EXERCISE:
Your job with the data below is to output exactly the lines from the one holding "face PLANE(AX(P(-3320,-4800,0),D(-1,0,0),D(0,1,0))) rev" down to the one holding "face PLANE(AX(P(-2760,-4800,0),D(-1,0,0),D(0,1,0))) [-e59", both included, and no others.

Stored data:

++++++++

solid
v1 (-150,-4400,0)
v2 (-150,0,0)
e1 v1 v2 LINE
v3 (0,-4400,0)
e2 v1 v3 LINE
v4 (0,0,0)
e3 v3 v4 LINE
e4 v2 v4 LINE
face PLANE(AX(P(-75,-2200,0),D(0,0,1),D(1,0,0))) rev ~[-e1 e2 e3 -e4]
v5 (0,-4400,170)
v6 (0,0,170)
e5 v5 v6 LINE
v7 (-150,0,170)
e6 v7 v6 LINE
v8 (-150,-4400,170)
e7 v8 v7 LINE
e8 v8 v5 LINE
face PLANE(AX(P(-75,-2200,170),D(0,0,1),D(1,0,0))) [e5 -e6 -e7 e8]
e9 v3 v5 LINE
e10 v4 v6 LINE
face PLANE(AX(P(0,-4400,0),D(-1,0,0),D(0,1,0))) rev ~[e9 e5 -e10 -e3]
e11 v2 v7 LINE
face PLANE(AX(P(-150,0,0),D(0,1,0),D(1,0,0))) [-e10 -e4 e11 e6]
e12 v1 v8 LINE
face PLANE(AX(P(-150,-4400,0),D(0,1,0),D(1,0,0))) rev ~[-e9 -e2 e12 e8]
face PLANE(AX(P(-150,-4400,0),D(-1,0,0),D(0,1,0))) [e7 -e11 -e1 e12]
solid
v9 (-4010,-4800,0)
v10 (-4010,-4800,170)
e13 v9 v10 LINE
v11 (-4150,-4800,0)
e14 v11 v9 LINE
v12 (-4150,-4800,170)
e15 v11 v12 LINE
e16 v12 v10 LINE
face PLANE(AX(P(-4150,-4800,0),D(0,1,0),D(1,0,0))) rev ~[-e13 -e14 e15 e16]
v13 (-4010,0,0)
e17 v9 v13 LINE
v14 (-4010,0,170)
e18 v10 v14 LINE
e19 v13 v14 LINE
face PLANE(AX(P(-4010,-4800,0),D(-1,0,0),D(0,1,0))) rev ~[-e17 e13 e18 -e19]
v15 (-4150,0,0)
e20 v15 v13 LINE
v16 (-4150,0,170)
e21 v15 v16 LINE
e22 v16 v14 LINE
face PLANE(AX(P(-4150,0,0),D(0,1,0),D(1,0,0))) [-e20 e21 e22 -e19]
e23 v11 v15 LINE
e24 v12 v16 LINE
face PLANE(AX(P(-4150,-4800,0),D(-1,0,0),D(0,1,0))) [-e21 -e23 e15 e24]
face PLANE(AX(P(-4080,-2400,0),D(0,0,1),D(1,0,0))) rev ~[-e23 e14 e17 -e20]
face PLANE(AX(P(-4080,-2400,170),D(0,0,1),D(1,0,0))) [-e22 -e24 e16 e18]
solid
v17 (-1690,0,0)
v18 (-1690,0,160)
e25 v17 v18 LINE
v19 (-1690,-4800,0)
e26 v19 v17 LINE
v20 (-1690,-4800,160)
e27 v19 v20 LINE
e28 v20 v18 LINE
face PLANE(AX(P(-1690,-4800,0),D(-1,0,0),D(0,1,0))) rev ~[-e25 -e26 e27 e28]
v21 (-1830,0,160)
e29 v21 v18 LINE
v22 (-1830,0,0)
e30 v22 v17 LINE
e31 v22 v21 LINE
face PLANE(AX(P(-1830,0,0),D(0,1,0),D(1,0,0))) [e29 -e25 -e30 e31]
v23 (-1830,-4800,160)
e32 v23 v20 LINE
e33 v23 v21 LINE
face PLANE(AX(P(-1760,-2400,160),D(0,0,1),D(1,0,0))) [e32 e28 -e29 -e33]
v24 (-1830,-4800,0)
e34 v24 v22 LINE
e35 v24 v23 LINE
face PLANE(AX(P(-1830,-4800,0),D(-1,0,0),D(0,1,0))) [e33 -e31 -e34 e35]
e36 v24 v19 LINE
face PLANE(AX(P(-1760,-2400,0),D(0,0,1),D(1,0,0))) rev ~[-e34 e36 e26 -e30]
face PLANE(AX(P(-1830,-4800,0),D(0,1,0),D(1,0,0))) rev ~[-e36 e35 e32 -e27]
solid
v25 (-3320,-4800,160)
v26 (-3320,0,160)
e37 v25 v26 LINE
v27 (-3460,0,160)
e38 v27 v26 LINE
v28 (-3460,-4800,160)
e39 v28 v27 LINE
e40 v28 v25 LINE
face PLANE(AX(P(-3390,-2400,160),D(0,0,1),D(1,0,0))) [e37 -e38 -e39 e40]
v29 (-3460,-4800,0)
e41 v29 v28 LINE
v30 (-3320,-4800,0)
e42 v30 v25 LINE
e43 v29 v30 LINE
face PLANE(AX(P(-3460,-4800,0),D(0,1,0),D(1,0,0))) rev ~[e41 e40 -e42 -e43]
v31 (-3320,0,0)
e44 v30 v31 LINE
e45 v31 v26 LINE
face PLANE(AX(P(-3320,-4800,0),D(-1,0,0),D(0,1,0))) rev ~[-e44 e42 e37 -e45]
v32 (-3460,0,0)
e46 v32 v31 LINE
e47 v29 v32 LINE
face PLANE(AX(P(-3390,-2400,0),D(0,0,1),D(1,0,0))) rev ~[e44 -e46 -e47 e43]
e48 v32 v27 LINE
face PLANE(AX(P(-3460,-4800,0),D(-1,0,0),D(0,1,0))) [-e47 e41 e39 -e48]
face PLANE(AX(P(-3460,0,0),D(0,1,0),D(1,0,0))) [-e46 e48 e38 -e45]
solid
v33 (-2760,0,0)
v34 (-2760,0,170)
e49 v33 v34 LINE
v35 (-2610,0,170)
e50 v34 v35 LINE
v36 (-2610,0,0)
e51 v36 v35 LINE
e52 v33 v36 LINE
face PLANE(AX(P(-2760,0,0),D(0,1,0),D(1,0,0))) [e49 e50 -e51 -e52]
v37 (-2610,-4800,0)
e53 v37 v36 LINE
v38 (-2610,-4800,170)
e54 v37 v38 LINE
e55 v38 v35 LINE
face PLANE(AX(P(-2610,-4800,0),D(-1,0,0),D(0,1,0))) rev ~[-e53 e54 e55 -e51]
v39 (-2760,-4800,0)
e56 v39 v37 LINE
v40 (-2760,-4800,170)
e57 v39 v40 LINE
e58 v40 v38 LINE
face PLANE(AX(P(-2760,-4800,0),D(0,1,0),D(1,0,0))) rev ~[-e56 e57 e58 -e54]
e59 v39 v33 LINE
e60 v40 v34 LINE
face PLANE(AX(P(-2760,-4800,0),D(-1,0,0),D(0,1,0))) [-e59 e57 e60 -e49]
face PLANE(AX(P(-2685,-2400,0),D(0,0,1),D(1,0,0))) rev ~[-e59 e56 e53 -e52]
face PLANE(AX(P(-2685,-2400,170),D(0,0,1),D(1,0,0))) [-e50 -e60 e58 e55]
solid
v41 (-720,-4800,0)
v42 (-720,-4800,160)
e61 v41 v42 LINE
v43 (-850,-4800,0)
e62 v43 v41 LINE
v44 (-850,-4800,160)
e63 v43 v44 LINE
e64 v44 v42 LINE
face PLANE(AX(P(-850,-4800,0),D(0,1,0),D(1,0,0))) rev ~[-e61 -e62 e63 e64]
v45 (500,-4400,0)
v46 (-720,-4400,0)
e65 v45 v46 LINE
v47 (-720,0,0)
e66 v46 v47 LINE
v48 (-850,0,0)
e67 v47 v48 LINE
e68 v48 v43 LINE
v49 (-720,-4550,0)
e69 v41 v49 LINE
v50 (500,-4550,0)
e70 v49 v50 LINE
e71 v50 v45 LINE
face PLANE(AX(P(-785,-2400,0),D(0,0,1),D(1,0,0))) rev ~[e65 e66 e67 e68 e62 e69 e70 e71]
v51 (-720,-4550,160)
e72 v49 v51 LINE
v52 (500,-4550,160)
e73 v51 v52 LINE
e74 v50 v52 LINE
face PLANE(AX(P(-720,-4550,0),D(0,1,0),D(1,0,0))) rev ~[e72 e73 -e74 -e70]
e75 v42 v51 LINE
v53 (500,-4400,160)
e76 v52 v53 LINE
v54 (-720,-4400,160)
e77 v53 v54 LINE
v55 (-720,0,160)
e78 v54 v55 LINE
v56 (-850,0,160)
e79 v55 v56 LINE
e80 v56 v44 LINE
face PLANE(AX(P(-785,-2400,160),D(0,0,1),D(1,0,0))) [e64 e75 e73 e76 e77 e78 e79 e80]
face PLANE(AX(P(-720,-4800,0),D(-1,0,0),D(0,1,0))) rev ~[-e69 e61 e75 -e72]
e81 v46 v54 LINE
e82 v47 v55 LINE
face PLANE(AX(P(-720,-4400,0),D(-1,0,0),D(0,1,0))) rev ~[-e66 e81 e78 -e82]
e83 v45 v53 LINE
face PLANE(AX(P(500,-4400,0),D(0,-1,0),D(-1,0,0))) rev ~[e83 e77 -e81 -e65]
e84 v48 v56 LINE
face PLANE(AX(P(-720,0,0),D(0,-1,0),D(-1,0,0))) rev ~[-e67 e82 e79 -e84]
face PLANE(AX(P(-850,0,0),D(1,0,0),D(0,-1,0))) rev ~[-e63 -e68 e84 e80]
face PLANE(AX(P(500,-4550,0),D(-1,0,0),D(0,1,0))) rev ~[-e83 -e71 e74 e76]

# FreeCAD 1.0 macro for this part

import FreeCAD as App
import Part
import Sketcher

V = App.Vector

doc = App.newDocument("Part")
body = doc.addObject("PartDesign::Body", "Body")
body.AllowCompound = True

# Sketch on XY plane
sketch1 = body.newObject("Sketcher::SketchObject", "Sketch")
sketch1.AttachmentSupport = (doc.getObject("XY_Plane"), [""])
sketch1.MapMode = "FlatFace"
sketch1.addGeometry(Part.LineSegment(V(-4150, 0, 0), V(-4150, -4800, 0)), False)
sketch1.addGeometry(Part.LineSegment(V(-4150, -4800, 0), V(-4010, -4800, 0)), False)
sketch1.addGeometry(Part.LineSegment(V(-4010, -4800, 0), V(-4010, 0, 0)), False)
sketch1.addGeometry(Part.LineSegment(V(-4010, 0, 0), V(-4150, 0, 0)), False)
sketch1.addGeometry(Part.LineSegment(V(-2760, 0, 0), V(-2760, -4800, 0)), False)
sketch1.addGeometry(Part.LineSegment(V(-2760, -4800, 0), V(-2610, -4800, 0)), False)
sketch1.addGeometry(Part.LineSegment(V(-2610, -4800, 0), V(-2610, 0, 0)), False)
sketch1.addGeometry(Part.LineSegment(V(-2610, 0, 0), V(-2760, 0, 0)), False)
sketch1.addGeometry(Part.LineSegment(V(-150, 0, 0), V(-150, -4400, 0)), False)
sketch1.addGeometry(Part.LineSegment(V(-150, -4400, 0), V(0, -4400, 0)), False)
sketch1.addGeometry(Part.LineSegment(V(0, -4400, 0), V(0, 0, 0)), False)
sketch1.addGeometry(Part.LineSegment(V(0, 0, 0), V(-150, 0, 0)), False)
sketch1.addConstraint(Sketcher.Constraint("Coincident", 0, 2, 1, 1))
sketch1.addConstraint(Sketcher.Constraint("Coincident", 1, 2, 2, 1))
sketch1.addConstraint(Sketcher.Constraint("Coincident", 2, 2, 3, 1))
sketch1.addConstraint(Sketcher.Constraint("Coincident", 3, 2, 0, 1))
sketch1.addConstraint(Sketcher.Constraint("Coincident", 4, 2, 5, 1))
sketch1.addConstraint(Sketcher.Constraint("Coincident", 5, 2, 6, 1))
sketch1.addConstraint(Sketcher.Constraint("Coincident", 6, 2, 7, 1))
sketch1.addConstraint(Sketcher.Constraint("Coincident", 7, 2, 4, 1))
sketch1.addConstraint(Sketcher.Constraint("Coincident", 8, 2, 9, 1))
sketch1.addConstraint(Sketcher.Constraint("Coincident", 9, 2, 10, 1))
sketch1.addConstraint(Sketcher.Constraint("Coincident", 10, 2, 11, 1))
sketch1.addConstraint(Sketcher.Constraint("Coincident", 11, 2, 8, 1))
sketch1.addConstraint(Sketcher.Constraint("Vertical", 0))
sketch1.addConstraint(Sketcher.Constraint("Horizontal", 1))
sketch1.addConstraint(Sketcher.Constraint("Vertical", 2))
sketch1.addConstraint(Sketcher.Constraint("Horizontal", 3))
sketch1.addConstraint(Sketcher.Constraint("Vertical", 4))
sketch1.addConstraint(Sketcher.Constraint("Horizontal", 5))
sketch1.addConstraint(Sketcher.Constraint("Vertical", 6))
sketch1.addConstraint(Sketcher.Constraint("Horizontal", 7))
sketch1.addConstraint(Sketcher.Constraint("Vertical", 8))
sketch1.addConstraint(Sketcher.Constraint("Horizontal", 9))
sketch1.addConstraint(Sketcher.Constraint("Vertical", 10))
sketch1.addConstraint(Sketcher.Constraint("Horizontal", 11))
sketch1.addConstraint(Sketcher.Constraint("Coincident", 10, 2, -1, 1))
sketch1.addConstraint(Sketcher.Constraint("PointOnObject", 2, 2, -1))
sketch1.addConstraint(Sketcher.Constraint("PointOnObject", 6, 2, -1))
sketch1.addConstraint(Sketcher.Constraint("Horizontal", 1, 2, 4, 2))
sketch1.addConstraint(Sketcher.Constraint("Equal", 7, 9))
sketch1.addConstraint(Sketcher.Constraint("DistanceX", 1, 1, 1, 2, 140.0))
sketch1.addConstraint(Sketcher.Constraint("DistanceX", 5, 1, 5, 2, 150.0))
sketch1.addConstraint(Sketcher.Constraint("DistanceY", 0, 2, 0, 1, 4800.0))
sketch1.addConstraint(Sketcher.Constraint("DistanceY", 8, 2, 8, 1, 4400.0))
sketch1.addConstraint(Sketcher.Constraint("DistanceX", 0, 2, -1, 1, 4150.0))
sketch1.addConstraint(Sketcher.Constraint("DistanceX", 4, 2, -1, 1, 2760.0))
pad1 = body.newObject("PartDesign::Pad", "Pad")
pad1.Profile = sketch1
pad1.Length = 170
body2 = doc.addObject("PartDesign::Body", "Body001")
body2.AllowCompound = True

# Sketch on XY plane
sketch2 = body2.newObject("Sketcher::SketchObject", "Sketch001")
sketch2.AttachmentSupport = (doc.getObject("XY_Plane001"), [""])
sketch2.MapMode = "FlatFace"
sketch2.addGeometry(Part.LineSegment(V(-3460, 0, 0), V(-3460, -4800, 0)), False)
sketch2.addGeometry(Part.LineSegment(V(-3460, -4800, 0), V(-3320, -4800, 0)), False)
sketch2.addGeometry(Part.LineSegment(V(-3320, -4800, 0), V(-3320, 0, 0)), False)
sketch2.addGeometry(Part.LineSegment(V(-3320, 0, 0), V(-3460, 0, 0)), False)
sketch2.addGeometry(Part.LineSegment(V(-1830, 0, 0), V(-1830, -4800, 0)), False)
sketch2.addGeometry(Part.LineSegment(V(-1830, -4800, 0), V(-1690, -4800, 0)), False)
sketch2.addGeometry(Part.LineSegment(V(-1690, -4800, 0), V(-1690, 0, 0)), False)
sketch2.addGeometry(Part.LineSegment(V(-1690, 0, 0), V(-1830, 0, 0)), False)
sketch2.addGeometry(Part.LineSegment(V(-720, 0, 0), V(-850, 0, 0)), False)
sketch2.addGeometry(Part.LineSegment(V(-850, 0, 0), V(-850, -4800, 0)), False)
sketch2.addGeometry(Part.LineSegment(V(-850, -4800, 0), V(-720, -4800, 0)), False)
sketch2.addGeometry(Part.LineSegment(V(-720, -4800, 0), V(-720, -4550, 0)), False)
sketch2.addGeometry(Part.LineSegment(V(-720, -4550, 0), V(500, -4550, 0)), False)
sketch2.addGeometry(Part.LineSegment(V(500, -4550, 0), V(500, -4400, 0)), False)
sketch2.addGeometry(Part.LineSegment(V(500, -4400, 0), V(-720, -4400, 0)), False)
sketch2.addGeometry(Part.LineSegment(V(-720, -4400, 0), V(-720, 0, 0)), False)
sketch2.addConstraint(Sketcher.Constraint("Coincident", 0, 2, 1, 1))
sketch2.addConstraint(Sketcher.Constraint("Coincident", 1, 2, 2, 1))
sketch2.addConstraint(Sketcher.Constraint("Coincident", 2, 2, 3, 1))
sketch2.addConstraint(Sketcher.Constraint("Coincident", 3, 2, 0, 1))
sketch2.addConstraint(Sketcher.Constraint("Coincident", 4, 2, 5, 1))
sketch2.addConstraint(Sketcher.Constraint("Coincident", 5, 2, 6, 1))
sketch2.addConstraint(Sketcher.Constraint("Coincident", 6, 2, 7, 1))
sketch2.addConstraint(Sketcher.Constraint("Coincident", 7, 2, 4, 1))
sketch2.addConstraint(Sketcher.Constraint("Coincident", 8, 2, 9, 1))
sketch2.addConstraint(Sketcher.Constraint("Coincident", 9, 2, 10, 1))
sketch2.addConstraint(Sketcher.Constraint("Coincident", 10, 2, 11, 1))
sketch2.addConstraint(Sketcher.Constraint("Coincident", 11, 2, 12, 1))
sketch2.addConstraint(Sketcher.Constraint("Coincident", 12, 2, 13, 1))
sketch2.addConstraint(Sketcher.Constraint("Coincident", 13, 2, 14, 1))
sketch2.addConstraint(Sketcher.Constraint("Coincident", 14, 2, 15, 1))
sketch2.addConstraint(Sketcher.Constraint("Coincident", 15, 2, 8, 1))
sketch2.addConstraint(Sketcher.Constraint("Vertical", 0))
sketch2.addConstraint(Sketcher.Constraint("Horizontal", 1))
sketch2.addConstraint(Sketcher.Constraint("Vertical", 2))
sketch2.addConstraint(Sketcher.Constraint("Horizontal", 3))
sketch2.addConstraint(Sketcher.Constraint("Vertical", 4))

++++++++

ANSWER BOX:
face PLANE(AX(P(-3320,-4800,0),D(-1,0,0),D(0,1,0))) rev ~[-e44 e42 e37 -e45]
v32 (-3460,0,0)
e46 v32 v31 LINE
e47 v29 v32 LINE
face PLANE(AX(P(-3390,-2400,0),D(0,0,1),D(1,0,0))) rev ~[e44 -e46 -e47 e43]
e48 v32 v27 LINE
face PLANE(AX(P(-3460,-4800,0),D(-1,0,0),D(0,1,0))) [-e47 e41 e39 -e48]
face PLANE(AX(P(-3460,0,0),D(0,1,0),D(1,0,0))) [-e46 e48 e38 -e45]
solid
v33 (-2760,0,0)
v34 (-2760,0,170)
e49 v33 v34 LINE
v35 (-2610,0,170)
e50 v34 v35 LINE
v36 (-2610,0,0)
e51 v36 v35 LINE
e52 v33 v36 LINE
face PLANE(AX(P(-2760,0,0),D(0,1,0),D(1,0,0))) [e49 e50 -e51 -e52]
v37 (-2610,-4800,0)
e53 v37 v36 LINE
v38 (-2610,-4800,170)
e54 v37 v38 LINE
e55 v38 v35 LINE
face PLANE(AX(P(-2610,-4800,0),D(-1,0,0),D(0,1,0))) rev ~[-e53 e54 e55 -e51]
v39 (-2760,-4800,0)
e56 v39 v37 LINE
v40 (-2760,-4800,170)
e57 v39 v40 LINE
e58 v40 v38 LINE
face PLANE(AX(P(-2760,-4800,0),D(0,1,0),D(1,0,0))) rev ~[-e56 e57 e58 -e54]
e59 v39 v33 LINE
e60 v40 v34 LINE
face PLANE(AX(P(-2760,-4800,0),D(-1,0,0),D(0,1,0))) [-e59 e57 e60 -e49]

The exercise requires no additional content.